Je posai mon verre pour prendre un des vieux scripts dans la bibliothèque. Une écriture hardie couvrait les pages. « Souffler la fumée de la cigarette… » « Mouvement lent découvrant le profil gauche, paupières mi-closes… » « Les yeux au sol, la bouche tragique… » « Gros plan indispensable pour traduire angoisse… » Cela ne ressemblait nullement à l’écriture de la liste de distribution.
— C’est votre mari, qui a annoté ça, madame Kevin ? Demandai-je.
— Oui. (Sa lèvre se retroussa légèrement.) Il y a des années de ça, bien sûr, puisqu’il n’a rien fait ces derniers temps. (Elle se redressa. Une voiture roulait dans l’allée.) Ce doit être lui, dit-elle. Maintenant, si vous voulez, je vous offre un autre verre… (Elle passa dans le hall.)
Il y eut quelques instants de silence. La porte d’entrée s’ouvrit et se referma.
— Pourquoi, mais pourquoi, pourquoi as-tu voulu t’en mêler ? criait la fille d’une voix aiguë.
— Calme-toi, Gloria. Assez de comédie. Nous ne sommes pas seules.
— Qu’est-ce que cela peut me faire ? Je m’en fiche. Pourquoi as-tu été fourrer ton nez dans mes affaires ? Il m’a renvoyée ici !
— Vraiment ? C’est étonnant ! Voilà bien la première fois qu’il fait quelque chose de correct.
— Cesse de te moquer de moi. Il m’aime. C’est le type le plus formidable de la terre !
— C’est un voyou de troisième zone, même pas dégrossi. Et les femmes qu’il aime sont légion. C’est son métier qui veut cela. A moins qu’on ne le considère comme un pauvre désaxé, affligé de toutes les perversions…
_ Tu n’y comprends rien et tu ne comprendras jamais rien, répondit la fille d’une voix soudain calme et digne. Il m’aime profondément. Il me l’a prouvé. Et tu ne peux pas m’empêcher de le voir.
— Je suis ta tutrice légale et tu es mineure. Je ferai appel aux’autorités.
— Essaie seulement !
— Va te coucher, Gloria.
— Non ! Je vais noyer ça dans l’alcool.
Ses talons cliquetèrent sur le parquet du hall. Elle entra dans le salon et se figea, le regard hostile :
— Je vous ai déjà vu, fit-elle d’un ton accusateur. Vous étiez au Top Hat, tout à l’heure. Vous ne seriez pas dans le coup avec Karen ?
Mme Kevin surgit derrière elle :
— Je vous présente ma sœur, Gloria Mason, expliqua-t-elle d’un ton sec. Voici M. Alan Dufferin, le scénariste.

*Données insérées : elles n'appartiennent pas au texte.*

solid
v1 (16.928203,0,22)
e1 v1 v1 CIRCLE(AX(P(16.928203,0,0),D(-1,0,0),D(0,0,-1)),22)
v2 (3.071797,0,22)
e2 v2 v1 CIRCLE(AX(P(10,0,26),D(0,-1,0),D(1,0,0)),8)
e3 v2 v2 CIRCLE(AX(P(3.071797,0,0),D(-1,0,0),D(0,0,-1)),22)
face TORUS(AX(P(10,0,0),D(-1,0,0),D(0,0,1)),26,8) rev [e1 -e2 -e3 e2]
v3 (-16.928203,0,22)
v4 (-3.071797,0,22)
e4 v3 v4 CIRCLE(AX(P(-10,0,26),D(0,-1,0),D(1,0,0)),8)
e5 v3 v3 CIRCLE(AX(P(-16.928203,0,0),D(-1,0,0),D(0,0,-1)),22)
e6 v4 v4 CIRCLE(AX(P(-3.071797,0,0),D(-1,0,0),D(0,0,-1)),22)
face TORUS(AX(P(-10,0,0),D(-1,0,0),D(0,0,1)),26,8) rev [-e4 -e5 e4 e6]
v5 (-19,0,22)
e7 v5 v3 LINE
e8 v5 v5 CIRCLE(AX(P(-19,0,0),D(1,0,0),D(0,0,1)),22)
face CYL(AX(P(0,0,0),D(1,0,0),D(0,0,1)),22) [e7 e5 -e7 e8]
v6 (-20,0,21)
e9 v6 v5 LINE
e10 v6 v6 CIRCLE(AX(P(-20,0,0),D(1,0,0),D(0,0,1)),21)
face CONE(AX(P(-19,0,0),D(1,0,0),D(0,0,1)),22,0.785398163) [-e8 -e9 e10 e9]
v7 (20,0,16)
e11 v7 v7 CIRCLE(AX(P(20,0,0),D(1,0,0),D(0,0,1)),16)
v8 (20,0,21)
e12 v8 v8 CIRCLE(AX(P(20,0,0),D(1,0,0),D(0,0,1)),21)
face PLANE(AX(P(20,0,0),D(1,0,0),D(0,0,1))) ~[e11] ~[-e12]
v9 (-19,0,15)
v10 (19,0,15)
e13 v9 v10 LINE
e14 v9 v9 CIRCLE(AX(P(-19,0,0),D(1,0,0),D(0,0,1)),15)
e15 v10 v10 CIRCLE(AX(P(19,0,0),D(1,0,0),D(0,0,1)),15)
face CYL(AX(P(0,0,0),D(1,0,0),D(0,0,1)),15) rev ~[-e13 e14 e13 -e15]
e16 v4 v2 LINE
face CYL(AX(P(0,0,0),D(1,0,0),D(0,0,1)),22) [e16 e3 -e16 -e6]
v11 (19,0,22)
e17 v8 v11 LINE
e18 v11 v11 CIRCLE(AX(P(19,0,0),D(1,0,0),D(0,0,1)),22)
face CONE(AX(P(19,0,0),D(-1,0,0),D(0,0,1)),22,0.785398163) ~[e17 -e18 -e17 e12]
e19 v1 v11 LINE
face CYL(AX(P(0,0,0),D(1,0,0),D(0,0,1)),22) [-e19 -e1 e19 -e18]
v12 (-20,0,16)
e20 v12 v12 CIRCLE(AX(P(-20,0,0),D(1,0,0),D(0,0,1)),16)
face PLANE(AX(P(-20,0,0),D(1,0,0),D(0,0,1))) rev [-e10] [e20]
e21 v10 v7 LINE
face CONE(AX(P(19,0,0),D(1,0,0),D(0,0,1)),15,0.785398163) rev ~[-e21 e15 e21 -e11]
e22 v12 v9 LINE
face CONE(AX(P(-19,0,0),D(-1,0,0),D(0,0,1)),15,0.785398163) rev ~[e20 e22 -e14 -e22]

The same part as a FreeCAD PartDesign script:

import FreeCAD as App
import Part
import Sketcher
from FreeCAD import Vector


def edges_at(feature, points):
    """Names of the edges that pass closest to the given points."""
    edges = feature.Shape.Edges
    near = lambda p: min(range(len(edges)), key=lambda i: edges[i].distToShape(Part.Vertex(*p))[0])
    return sorted({f"Edge{near(p) + 1}" for p in points})


def add_polygon(sketch, points):
    """Adds a closed chain of lines whose ends are joined by coincident constraints."""
    first, n = sketch.GeometryCount, len(points)
    for a, b in zip(points, points[1:] + points[:1]):
        sketch.addGeometry(Part.LineSegment(App.Vector(*a, 0), App.Vector(*b, 0)), False)
    for i in range(n):
        sketch.addConstraint(Sketcher.Constraint("Coincident", first + i, 2, first + (i + 1) % n, 1))

doc = App.newDocument("Part")
body = doc.addObject("PartDesign::Body", "Body")

# Sketch on XZ plane
sketch1 = body.newObject("Sketcher::SketchObject", "Sketch")
sketch1.AttachmentSupport = (doc.getObject("XZ_Plane"), [""])
sketch1.MapMode = "FlatFace"
add_polygon(sketch1, [(-20, 22), (-20, 15), (20, 15), (20, 22)])  # lines 0-3
sketch1.addConstraint([
    Sketcher.Constraint("Vertical", 0),
    Sketcher.Constraint("Horizontal", 1),
    Sketcher.Constraint("Vertical", 2),
    Sketcher.Constraint("Horizontal", 3),
    Sketcher.Constraint("DistanceX", 1, 1, 1, 2, 40.0),
    Sketcher.Constraint("DistanceY", 0, 2, 0, 1, 7.0),
    Sketcher.Constraint("DistanceX", 0, 2, -1, 1, 20.0),
    Sketcher.Constraint("DistanceY", -1, 1, 0, 2, 15.0),
])
revolution = body.newObject("PartDesign::Revolution", "Revolution")
revolution.Profile = sketch1
revolution.ReferenceAxis = (sketch1, ["H_Axis"])
revolution.Angle = 360
doc.recompute()

chamfer = body.newObject("PartDesign::Chamfer", "Chamfer")
chamfer.Base = (revolution, edges_at(revolution, [
    (-20, 0, -22),
    (-20, 0, -15),
    (20, 0, -22),
    (20, 0, -15),
]))
chamfer.Size = 1

# Sketch on XZ plane
sketch2 = body.newObject("Sketcher::SketchObject", "Sketch001")
sketch2.AttachmentSupport = (doc.getObject("XZ_Plane"), [""])
sketch2.MapMode = "FlatFace"
sketch2.addGeometry([
    Part.Circle(Vector(-10, 26, 0), Vector(0, 0, 1), 8),
    Part.Circle(Vector(10, 26, 0), Vector(0, 0, 1), 8),
], False)
sketch2.addConstraint([
    Sketcher.Constraint("Equal", 0, 1),
    Sketcher.Constraint("Symmetric", 0, 3, 1, 3, -2),
    Sketcher.Constraint("Diameter", 0, 16.0),
    Sketcher.Constraint("DistanceX", 0, 3, -1, 1, 10.0),
    Sketcher.Constraint("DistanceY", -1, 1, 0, 3, 26.0),
])
groove = body.newObject("PartDesign::Groove", "Groove")
groove.Profile = sketch2
groove.ReferenceAxis = (sketch2, ["H_Axis"])
groove.Angle = 360

doc.recompute()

— Alan Dufferin ? (Elle écarquilla les yeux. Puis elle sourit, soudain et s’avança, la main tendue, avec la voix de Hepburn à ses débuts.) Je suis follement contente de vous connaître, monsieur Dufferin. Navrée de vous avoir fait assister à cette explication familiale. Vous avez tout entendu, je pense ?
— Bien malgré moi.
— Kafen croit agir pour le mieux – cette chère âme – mais elle ne sait pas ce qu’elle dit. Elle s’imagine qu’il me faut une tutelle.
— Et elle estime qu’il n’est pas nécessaire d’ennuyer M. Dufferin avec ces détails, intervint Mme Kevin.

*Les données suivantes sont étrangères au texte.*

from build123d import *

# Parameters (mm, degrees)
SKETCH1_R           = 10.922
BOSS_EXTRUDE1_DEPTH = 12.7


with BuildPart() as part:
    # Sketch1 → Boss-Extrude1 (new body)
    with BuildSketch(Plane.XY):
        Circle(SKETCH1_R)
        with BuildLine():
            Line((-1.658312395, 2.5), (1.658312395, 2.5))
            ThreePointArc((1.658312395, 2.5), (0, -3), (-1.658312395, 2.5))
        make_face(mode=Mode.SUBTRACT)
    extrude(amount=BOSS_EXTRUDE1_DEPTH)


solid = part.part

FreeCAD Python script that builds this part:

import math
import FreeCAD as App
import Part
import Sketcher

V = App.Vector
Q = App.Units.Quantity

doc = App.newDocument("Part")
body = doc.addObject("PartDesign::Body", "Body")

# Sketch on XY plane
sketch1 = doc.addObject("Sketcher::SketchObject", "Sketch")
body.addObject(sketch1)
sketch1.AttachmentSupport = (doc.XY_Plane, [""])
sketch1.MapMode = "FlatFace"
sketch1.addGeometry([
    Part.Circle(V(0, 0, 0), V(0, 0, 1), 10.9),
    Part.ArcOfCircle(Part.Circle(V(0, 0, 0), V(0, 0, 1), 3), math.radians(124), math.radians(416)),
    Part.LineSegment(V(-1.7, 2.5, 0), V(1.7, 2.5, 0)),
], False)
sketch1.addConstraint([
    Sketcher.Constraint("Coincident", 1, 1, 2, 1),
    Sketcher.Constraint("Coincident", 2, 2, 1, 2),
    Sketcher.Constraint("Horizontal", 2),
    Sketcher.Constraint("Coincident", 0, 3, -1, 1),
    Sketcher.Constraint("Coincident", 1, 3, -1, 1),
    Sketcher.Constraint("Diameter", 0, Q("0.86 in")),
    Sketcher.Constraint("Radius", 1, Q("3 mm")),
    Sketcher.Constraint("DistanceY", -1, 1, 1, 1, Q("2.5 mm")),
])
pad1 = doc.addObject("PartDesign::Pad", "Pad")
body.addObject(pad1)
pad1.Profile = sketch1
pad1.Length = Q("0.5 in")

doc.recompute()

— Pourquoi pas ? C’est un homme de lettres. Cela l’intéressera. Je n’ai pas à en rougir. Voyez-vous, Alan, il se trouve que je suis amie avec Frankie Frascatti. C’est un ancien truand, mais, pour l’amour de moi, il mène maintenant une vie exemplaire ! Seulement, ma sœur ne veut pas lui faire confiance. Elle s’imagine qu’il guigne mon argent. Mais, bon sang ! Frankie en gagne tellement au Top Ha qu’il pourrait prendre sa retraite dès aujourd’hui, s’il le voulait.

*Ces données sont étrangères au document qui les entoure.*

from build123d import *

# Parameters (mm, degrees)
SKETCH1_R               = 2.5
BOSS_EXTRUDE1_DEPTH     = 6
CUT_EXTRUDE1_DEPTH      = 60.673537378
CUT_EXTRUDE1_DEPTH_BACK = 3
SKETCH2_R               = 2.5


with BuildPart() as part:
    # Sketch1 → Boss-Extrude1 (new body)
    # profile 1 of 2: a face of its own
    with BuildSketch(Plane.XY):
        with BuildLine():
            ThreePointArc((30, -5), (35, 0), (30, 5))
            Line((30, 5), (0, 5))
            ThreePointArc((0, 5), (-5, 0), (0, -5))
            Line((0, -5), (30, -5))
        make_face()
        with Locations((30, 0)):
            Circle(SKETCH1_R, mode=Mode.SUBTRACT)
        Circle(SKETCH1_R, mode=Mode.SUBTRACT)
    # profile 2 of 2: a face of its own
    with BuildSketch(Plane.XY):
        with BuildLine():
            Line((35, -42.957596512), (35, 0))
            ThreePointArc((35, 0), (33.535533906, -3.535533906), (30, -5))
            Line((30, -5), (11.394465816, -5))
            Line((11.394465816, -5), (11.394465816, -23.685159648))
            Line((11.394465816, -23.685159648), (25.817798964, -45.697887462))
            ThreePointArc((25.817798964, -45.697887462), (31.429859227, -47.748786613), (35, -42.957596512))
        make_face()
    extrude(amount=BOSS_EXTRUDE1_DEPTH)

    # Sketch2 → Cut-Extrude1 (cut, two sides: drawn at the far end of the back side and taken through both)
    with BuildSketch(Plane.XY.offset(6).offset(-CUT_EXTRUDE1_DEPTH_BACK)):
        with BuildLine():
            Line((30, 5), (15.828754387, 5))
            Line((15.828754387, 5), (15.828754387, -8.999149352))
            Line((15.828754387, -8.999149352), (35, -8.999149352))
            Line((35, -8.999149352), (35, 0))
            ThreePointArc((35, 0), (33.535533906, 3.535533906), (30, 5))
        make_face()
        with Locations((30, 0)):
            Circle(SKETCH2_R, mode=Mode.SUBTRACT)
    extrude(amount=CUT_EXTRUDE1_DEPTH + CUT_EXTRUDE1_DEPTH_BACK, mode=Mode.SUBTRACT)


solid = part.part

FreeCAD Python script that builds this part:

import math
import FreeCAD as App
import Part
import Sketcher

doc = App.newDocument("Part")
body = doc.addObject("PartDesign::Body", "Body")

sketch1 = body.newObject("Sketcher::SketchObject", "Sketch")
sketch1.AttachmentSupport = (doc.getObject("XY_Plane"), [""])
sketch1.MapMode = "FlatFace"
sketch1.addGeometry([
    Part.ArcOfCircle(Part.Circle(App.Vector(30, 0, 0), App.Vector(0, 0, 1), 5), math.radians(0), math.radians(90)),
    Part.LineSegment(App.Vector(30, 5, 0), App.Vector(0, 5, 0)),
    Part.ArcOfCircle(Part.Circle(App.Vector(0, 0, 0), App.Vector(0, 0, 1), 5), math.radians(90), math.radians(270)),
    Part.LineSegment(App.Vector(0, -5, 0), App.Vector(11.394466, -5, 0)),
    Part.LineSegment(App.Vector(11.394466, -5, 0), App.Vector(11.394466, -23.68516, 0)),
    Part.LineSegment(App.Vector(11.394466, -23.68516, 0), App.Vector(25.817799, -45.697887, 0)),
    Part.ArcOfCircle(Part.Circle(App.Vector(30, -42.957597, 0), App.Vector(0, 0, 1), 5), math.radians(-146.766102), math.radians(0)),
    Part.LineSegment(App.Vector(35, -42.957597, 0), App.Vector(35, 0, 0)),
    Part.Circle(App.Vector(0, 0, 0), App.Vector(0, 0, 1), 2.5),
    Part.Circle(App.Vector(30, 0, 0), App.Vector(0, 0, 1), 2.5),
], False)
sketch1.addConstraint([
    Sketcher.Constraint("Tangent", 0, 2, 1, 1),
    Sketcher.Constraint("Tangent", 1, 2, 2, 1),
    Sketcher.Constraint("Tangent", 2, 2, 3, 1),
    Sketcher.Constraint("Coincident", 3, 2, 4, 1),
    Sketcher.Constraint("Coincident", 4, 2, 5, 1),
    Sketcher.Constraint("Tangent", 5, 2, 6, 1),
    Sketcher.Constraint("Tangent", 6, 2, 7, 1),
    Sketcher.Constraint("Tangent", 7, 2, 0, 1),
    Sketcher.Constraint("Horizontal", 1),
    Sketcher.Constraint("Horizontal", 3),
    Sketcher.Constraint("Vertical", 4),
    Sketcher.Constraint("Vertical", 7),
    Sketcher.Constraint("Coincident", 2, 3, -1, 1),
    Sketcher.Constraint("Coincident", 8, 3, -1, 1),
    Sketcher.Constraint("Coincident", 9, 3, 0, 3),
    Sketcher.Constraint("Equal", 0, 2),
    Sketcher.Constraint("Equal", 2, 6),
    Sketcher.Constraint("Equal", 8, 9),
    Sketcher.Constraint("Diameter", 8, 5.0),
    Sketcher.Constraint("Radius", 0, 5.0),
    Sketcher.Constraint("DistanceX", 1, 2, 1, 1, 30.0),
    Sketcher.Constraint("DistanceY", 4, 2, 4, 1, 18.68516),
    Sketcher.Constraint("DistanceX", -1, 1, 5, 2, 25.817799),
    Sketcher.Constraint("DistanceX", 3, 1, 3, 2, 11.394466),
])
pad1 = body.newObject("PartDesign::Pad", "Pad")
pad1.Profile = sketch1
pad1.Length = 6

sketch2 = body.newObject("Sketcher::SketchObject", "Sketch001")
sketch2.AttachmentSupport = (doc.getObject("XY_Plane"), [""])
sketch2.MapMode = "FlatFace"
sketch2.AttachmentOffset = App.Placement(App.Vector(0, 0, 6), App.Rotation())
sketch2.addGeometry([
    Part.LineSegment(App.Vector(30, 5, 0), App.Vector(15.828754, 5, 0)),
    Part.LineSegment(App.Vector(15.828754, 5, 0), App.Vector(15.828754, -8.999149, 0)),
    Part.LineSegment(App.Vector(15.828754, -8.999149, 0), App.Vector(35, -8.999149, 0)),
    Part.LineSegment(App.Vector(35, -8.999149, 0), App.Vector(35, 0, 0)),
    Part.ArcOfCircle(Part.Circle(App.Vector(30, 0, 0), App.Vector(0, 0, 1), 5), math.radians(0), math.radians(90)),
    Part.Circle(App.Vector(30, 0, 0), App.Vector(0, 0, 1), 2.5),
], False)
sketch2.addConstraint([
    Sketcher.Constraint("Coincident", 0, 2, 1, 1),
    Sketcher.Constraint("Coincident", 1, 2, 2, 1),
    Sketcher.Constraint("Coincident", 2, 2, 3, 1),
    Sketcher.Constraint("Tangent", 3, 2, 4, 1),
    Sketcher.Constraint("Tangent", 4, 2, 0, 1),
    Sketcher.Constraint("Horizontal", 0),
    Sketcher.Constraint("Vertical", 1),
    Sketcher.Constraint("Horizontal", 2),
    Sketcher.Constraint("Vertical", 3),
    Sketcher.Constraint("Coincident", 5, 3, 4, 3),
    Sketcher.Constraint("PointOnObject", 4, 3, -1),
    Sketcher.Constraint("Diameter", 5, 5.0),
    Sketcher.Constraint("Radius", 4, 5.0),
    Sketcher.Constraint("DistanceX", -1, 1, 4, 3, 30.0),
    Sketcher.Constraint("DistanceY", 1, 2, 1, 1, 13.999149),
    Sketcher.Constraint("DistanceX", 0, 2, 0, 1, 14.171246),
])
pocket1 = body.newObject("PartDesign::Pocket", "Pocket")
pocket1.Profile = sketch2
pocket1.Type = "TwoLengths"
pocket1.Length = 60.673537
pocket1.Length2 = 3
pocket1.Reversed = True

doc.recompute()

Elle se tourna vers sa sœur :
— Ce n’est pas la première fois que tu es allée le voir !
— C’est lui qui te l’a dit ?
— Je l’ai deviné. C’est pour ça qu’il prend tant de précautions quand on se retrouve.
— Petite idiote ! Il prend des précautions parce qu’il ne veut pas que ses clientes connaissent ton existence.
— Je te défends de dire ça !
— Ça suffit ! Cela n’intéresse pas M. Dufferin et je suis très fatiguée. Monsieur Dufferin, avez-vous l’intention d’attendre mon mari ?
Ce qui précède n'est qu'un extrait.